Lucas Leffler, Julien Mignot, Jean-Vincent Simonet

From 6 to 21 June 2025, the Intervalle gallery is delighted to return to 16 rue de Montmorency, in the 3rd arrondissement of Paris, a venue it first occupied during its collaboration with the Galerie Gosserez at the end of 2024. On this occasion, a group exhibition will bring together three artists represented by the gallery, Lulas Leffler (Belgium, 1993), Julien Mignot (France, 1981) and Jean-Vincent Simonet (France, 1991).
The Screen Between Us questions our relationship with the screen, the central interface of our lives. What does it represent for us? What are we in its eyes? Three artists from Intervalle reinvent photography in a world saturated with images.

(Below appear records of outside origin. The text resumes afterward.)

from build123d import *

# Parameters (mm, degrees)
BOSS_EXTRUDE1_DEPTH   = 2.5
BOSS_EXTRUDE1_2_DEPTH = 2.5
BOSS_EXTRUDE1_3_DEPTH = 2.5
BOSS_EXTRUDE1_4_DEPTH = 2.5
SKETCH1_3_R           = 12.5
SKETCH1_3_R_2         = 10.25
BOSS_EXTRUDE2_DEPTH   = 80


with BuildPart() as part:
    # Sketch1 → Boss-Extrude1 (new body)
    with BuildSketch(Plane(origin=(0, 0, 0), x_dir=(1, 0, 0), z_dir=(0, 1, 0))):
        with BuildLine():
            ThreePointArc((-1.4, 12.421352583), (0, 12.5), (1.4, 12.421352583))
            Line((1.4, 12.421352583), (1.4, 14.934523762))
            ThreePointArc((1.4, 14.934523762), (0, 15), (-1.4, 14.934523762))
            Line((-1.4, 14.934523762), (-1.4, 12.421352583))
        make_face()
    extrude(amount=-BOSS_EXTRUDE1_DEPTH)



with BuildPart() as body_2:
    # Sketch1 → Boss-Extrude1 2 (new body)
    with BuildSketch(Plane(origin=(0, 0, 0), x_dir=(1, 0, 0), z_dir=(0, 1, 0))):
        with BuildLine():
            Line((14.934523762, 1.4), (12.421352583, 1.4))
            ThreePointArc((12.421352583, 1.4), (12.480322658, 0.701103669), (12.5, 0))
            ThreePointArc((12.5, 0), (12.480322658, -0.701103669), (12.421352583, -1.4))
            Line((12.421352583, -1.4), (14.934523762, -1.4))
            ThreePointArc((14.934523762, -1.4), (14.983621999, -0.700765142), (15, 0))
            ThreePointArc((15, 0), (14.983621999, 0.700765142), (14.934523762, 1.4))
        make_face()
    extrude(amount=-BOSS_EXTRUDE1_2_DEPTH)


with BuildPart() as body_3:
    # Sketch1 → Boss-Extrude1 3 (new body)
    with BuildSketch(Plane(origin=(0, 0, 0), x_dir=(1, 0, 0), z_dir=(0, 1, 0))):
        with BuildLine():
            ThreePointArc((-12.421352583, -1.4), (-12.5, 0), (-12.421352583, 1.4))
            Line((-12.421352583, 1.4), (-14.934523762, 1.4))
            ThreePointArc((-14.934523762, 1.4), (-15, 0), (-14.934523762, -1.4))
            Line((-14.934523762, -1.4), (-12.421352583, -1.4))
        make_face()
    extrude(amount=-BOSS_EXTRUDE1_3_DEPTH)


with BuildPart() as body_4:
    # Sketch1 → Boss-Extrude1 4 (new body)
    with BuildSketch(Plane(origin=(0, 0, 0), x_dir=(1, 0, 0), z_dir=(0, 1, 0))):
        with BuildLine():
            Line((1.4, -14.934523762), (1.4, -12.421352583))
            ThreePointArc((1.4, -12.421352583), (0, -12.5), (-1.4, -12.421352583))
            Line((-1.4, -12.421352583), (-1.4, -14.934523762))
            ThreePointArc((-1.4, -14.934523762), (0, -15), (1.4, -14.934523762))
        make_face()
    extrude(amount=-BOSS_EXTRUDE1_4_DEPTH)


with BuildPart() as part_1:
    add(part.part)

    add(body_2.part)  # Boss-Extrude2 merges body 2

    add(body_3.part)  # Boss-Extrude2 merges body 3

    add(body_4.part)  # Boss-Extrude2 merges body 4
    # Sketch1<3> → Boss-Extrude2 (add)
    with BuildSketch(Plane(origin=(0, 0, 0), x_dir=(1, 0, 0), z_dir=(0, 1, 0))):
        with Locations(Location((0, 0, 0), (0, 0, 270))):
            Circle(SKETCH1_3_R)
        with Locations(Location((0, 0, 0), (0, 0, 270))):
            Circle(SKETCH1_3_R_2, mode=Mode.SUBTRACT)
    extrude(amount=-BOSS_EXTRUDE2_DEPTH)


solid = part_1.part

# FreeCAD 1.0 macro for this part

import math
import FreeCAD as App
import Part
import Sketcher

doc = App.newDocument("Part")
body = doc.addObject("PartDesign::Body", "Body")

sketch1 = body.newObject("Sketcher::SketchObject", "Sketch")
sketch1.AttachmentSupport = (doc.getObject("XZ_Plane"), [""])
sketch1.MapMode = "FlatFace"
sketch1.addGeometry([
    Part.ArcOfCircle(Part.Circle(App.Vector(0, 0, 0), App.Vector(0, 0, 1), 12.5), math.radians(-96.43062), math.radians(-83.56938)),
    Part.LineSegment(App.Vector(1.4, -12.421353, 0), App.Vector(1.4, -14.934524, 0)),
    Part.ArcOfCircle(Part.Circle(App.Vector(0, 0, 0), App.Vector(0, 0, 1), 15), math.radians(-95.355401), math.radians(-84.644599)),
    Part.LineSegment(App.Vector(-1.4, -14.934524, 0), App.Vector(-1.4, -12.421353, 0)),
], False)
sketch1.addConstraint([
    Sketcher.Constraint("Coincident", 0, 2, 1, 1),
    Sketcher.Constraint("Coincident", 1, 2, 2, 2),
    Sketcher.Constraint("Coincident", 2, 1, 3, 1),
    Sketcher.Constraint("Coincident", 3, 2, 0, 1),
    Sketcher.Constraint("Vertical", 1),
    Sketcher.Constraint("Vertical", 3),
    Sketcher.Constraint("Coincident", 0, 3, -1, 1),
    Sketcher.Constraint("Coincident", 2, 3, -1, 1),
    Sketcher.Constraint("Horizontal", 1, 2, 2, 1),
    Sketcher.Constraint("Radius", 2, 15.0),
    Sketcher.Constraint("Radius", 0, 12.5),
    Sketcher.Constraint("DistanceX", -1, 1, 0, 2, 1.4),
])
pad1 = body.newObject("PartDesign::Pad", "Pad")
pad1.Profile = sketch1
pad1.Length = 2.5
body2 = doc.addObject("PartDesign::Body", "Body001")

sketch2 = body2.newObject("Sketcher::SketchObject", "Sketch001")
sketch2.AttachmentSupport = (doc.getObject("XZ_Plane001"), [""])
sketch2.MapMode = "FlatFace"
sketch2.addGeometry([
    Part.LineSegment(App.Vector(14.934524, -1.4, 0), App.Vector(12.421353, -1.4, 0)),
    Part.ArcOfCircle(Part.Circle(App.Vector(0, 0, 0), App.Vector(0, 0, 1), 12.5), math.radians(-6.43062), math.radians(0)),
    Part.ArcOfCircle(Part.Circle(App.Vector(0, 0, 0), App.Vector(0, 0, 1), 12.5), math.radians(0), math.radians(6.43062)),
    Part.LineSegment(App.Vector(12.421353, 1.4, 0), App.Vector(14.934524, 1.4, 0)),
    Part.ArcOfCircle(Part.Circle(App.Vector(0, 0, 0), App.Vector(0, 0, 1), 15), math.radians(0), math.radians(5.355401)),
    Part.ArcOfCircle(Part.Circle(App.Vector(0, 0, 0), App.Vector(0, 0, 1), 15), math.radians(-5.355401), math.radians(0)),
], False)
sketch2.addConstraint([
    Sketcher.Constraint("Coincident", 0, 2, 1, 1),
    Sketcher.Constraint("Tangent", 1, 2, 2, 1),
    Sketcher.Constraint("Coincident", 2, 2, 3, 1),
    Sketcher.Constraint("Coincident", 3, 2, 4, 2),
    Sketcher.Constraint("Tangent", 4, 1, 5, 2),
    Sketcher.Constraint("Coincident", 5, 1, 0, 1),
    Sketcher.Constraint("Horizontal", 0),
    Sketcher.Constraint("Horizontal", 3),
    Sketcher.Constraint("Coincident", 1, 3, -1, 1),
    Sketcher.Constraint("Coincident", 4, 3, -1, 1),
    Sketcher.Constraint("Equal", 1, 2),
    Sketcher.Constraint("Equal", 4, 5),
    Sketcher.Constraint("PointOnObject", 1, 2, -1),
    Sketcher.Constraint("PointOnObject", 4, 1, -1),
    Sketcher.Constraint("Vertical", 0, 2, 2, 2),
    Sketcher.Constraint("Radius", 4, 15.0),
    Sketcher.Constraint("Radius", 1, 12.5),
    Sketcher.Constraint("DistanceY", 0, 2, -1, 1, 1.4),
])
pad2 = body2.newObject("PartDesign::Pad", "Pad001")
pad2.Profile = sketch2
pad2.Length = 2.5
body3 = doc.addObject("PartDesign::Body", "Body002")

sketch3 = body3.newObject("Sketcher::SketchObject", "Sketch002")
sketch3.AttachmentSupport = (doc.getObject("XZ_Plane002"), [""])
sketch3.MapMode = "FlatFace"
sketch3.addGeometry([
    Part.ArcOfCircle(Part.Circle(App.Vector(0, 0, 0), App.Vector(0, 0, 1), 12.5), math.radians(173.56938), math.radians(186.43062)),
    Part.LineSegment(App.Vector(-12.421353, -1.4, 0), App.Vector(-14.934524, -1.4, 0)),
    Part.ArcOfCircle(Part.Circle(App.Vector(0, 0, 0), App.Vector(0, 0, 1), 15), math.radians(174.644599), math.radians(185.355401)),
    Part.LineSegment(App.Vector(-14.934524, 1.4, 0), App.Vector(-12.421353, 1.4, 0)),
], False)
sketch3.addConstraint([
    Sketcher.Constraint("Coincident", 0, 2, 1, 1),
    Sketcher.Constraint("Coincident", 1, 2, 2, 2),
    Sketcher.Constraint("Coincident", 2, 1, 3, 1),
    Sketcher.Constraint("Coincident", 3, 2, 0, 1),
    Sketcher.Constraint("Horizontal", 1),
    Sketcher.Constraint("Horizontal", 3),
    Sketcher.Constraint("Coincident", 0, 3, -1, 1),
    Sketcher.Constraint("Coincident", 2, 3, -1, 1),
    Sketcher.Constraint("Vertical", 1, 2, 2, 1),
    Sketcher.Constraint("Radius", 2, 15.0),
    Sketcher.Constraint("Radius", 0, 12.5),
    Sketcher.Constraint("DistanceY", 0, 2, -1, 1, 1.4),
])
pad3 = body3.newObject("PartDesign::Pad", "Pad002")
pad3.Profile = sketch3
pad3.Length = 2.5
body4 = doc.addObject("PartDesign::Body", "Body003")

sketch4 = body4.newObject("Sketcher::SketchObject", "Sketch003")
sketch4.AttachmentSupport = (doc.getObject("XZ_Plane003"), [""])
sketch4.MapMode = "FlatFace"
sketch4.addGeometry([
    Part.LineSegment(App.Vector(1.4, 14.934524, 0), App.Vector(1.4, 12.421353, 0)),
    Part.ArcOfCircle(Part.Circle(App.Vector(0, 0, 0), App.Vector(0, 0, 1), 12.5), math.radians(83.56938), math.radians(96.43062)),
    Part.LineSegment(App.Vector(-1.4, 12.421353, 0), App.Vector(-1.4, 14.934524, 0)),
    Part.ArcOfCircle(Part.Circle(App.Vector(0, 0, 0), App.Vector(0, 0, 1), 15), math.radians(84.644599), math.radians(95.355401)),
], False)
sketch4.addConstraint([
    Sketcher.Constraint("Coincident", 0, 2, 1, 1),
    Sketcher.Constraint("Coincident", 1, 2, 2, 1),
    Sketcher.Constraint("Coincident", 2, 2, 3, 2),
    Sketcher.Constraint("Coincident", 3, 1, 0, 1),
    Sketcher.Constraint("Vertical", 0),
    Sketcher.Constraint("Vertical", 2),
    Sketcher.Constraint("Coincident", 1, 3, -1, 1),
    Sketcher.Constraint("Coincident", 3, 3, -1, 1),
    Sketcher.Constraint("Horizontal", 0, 2, 1, 2),
    Sketcher.Constraint("Radius", 3, 15.0),
    Sketcher.Constraint("Radius", 1, 12.5),
    Sketcher.Constraint("DistanceX", -1, 1, 0, 2, 1.4),
])
pad4 = body4.newObject("PartDesign::Pad", "Pad003")
pad4.Profile = sketch4
pad4.Length = 2.5
body.AllowCompound = True
doc.recompute()

boolean = body.newObject("PartDesign::Boolean", "Boolean")
boolean.Type = "Fuse"
boolean.addObjects([body2])
doc.recompute()

boolean2 = body.newObject("PartDesign::Boolean", "Boolean001")
boolean2.Type = "Fuse"
boolean2.addObjects([body3])
doc.recompute()

boolean3 = body.newObject("PartDesign::Boolean", "Boolean002")
boolean3.Type = "Fuse"
boolean3.addObjects([body4])

sketch5 = body.newObject("Sketcher::SketchObject", "Sketch004")
sketch5.AttachmentSupport = (doc.getObject("XZ_Plane"), [""])
sketch5.MapMode = "FlatFace"
sketch5.addGeometry([
    Part.Circle(App.Vector(0, 0, 0), App.Vector(0, 0, 1), 12.5),
    Part.Circle(App.Vector(0, 0, 0), App.Vector(0, 0, 1), 10.25),
], False)
sketch5.addConstraint([
    Sketcher.Constraint("Coincident", 0, 3, -1, 1),
    Sketcher.Constraint("Coincident", 1, 3, -1, 1),
    Sketcher.Constraint("Diameter", 0, 25.0),
    Sketcher.Constraint("Diameter", 1, 20.5),
])
pad5 = body.newObject("PartDesign::Pad", "Pad004")
pad5.Profile = sketch5
pad5.Length = 80

doc.recompute()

Lucas Leffler presents two new photographic sculptures made from nearly 200 used iPhone screens. These works embody the implosion of the Kodak factories in Rochester (USA) in 2007, a pivotal year that symbolises the transition from film to digital photography. The artist prints each screen individually using the ambrotype technique, a 19th-century process. This gesture contrasts the fragility and precision of the analogue past with the coldness and massification of today's technology. Through this fusion of eras, Leffler offers Kodak poetic and symbolic revenge on Apple and celebrates the fragile memory of traditional photography. This series was first presented at Paris Photo in November 2024.
To mark the release of his book Fashion Eye Osaka (Éditions Louis Vuitton), Jean-Vincent Simonet presents a new diptych specially designed for this exhibition. The artist continues his exploration of the notion of ‘fake’. He questions the boundary between the natural and the artificial. To do this, he plays with pigments and artificial colours. He photographs the city and then alters his large-format prints by hand. He rubs the still-wet ink onto special paper in his family's printing shop. This process is unique. He describes it as a ‘reversed darkroom’. His work oscillates between X-ray and hallucination.
Finally, Intervalle is delighted to once again showcase pieces, some of which are previously unseen, from Julien Mignot's Screenlove series. Inspired by Rear Window and his teenage memories, this series freezes images from naughty webcams in translucent blocks. Depending on the angle of view, the image appears or disappears, reflecting the elusive nature of intimacy through the screen. The screen as a paradoxical interface that connects without ever really touching, transforming the viewer into a voyeur in search of an illusory encounter.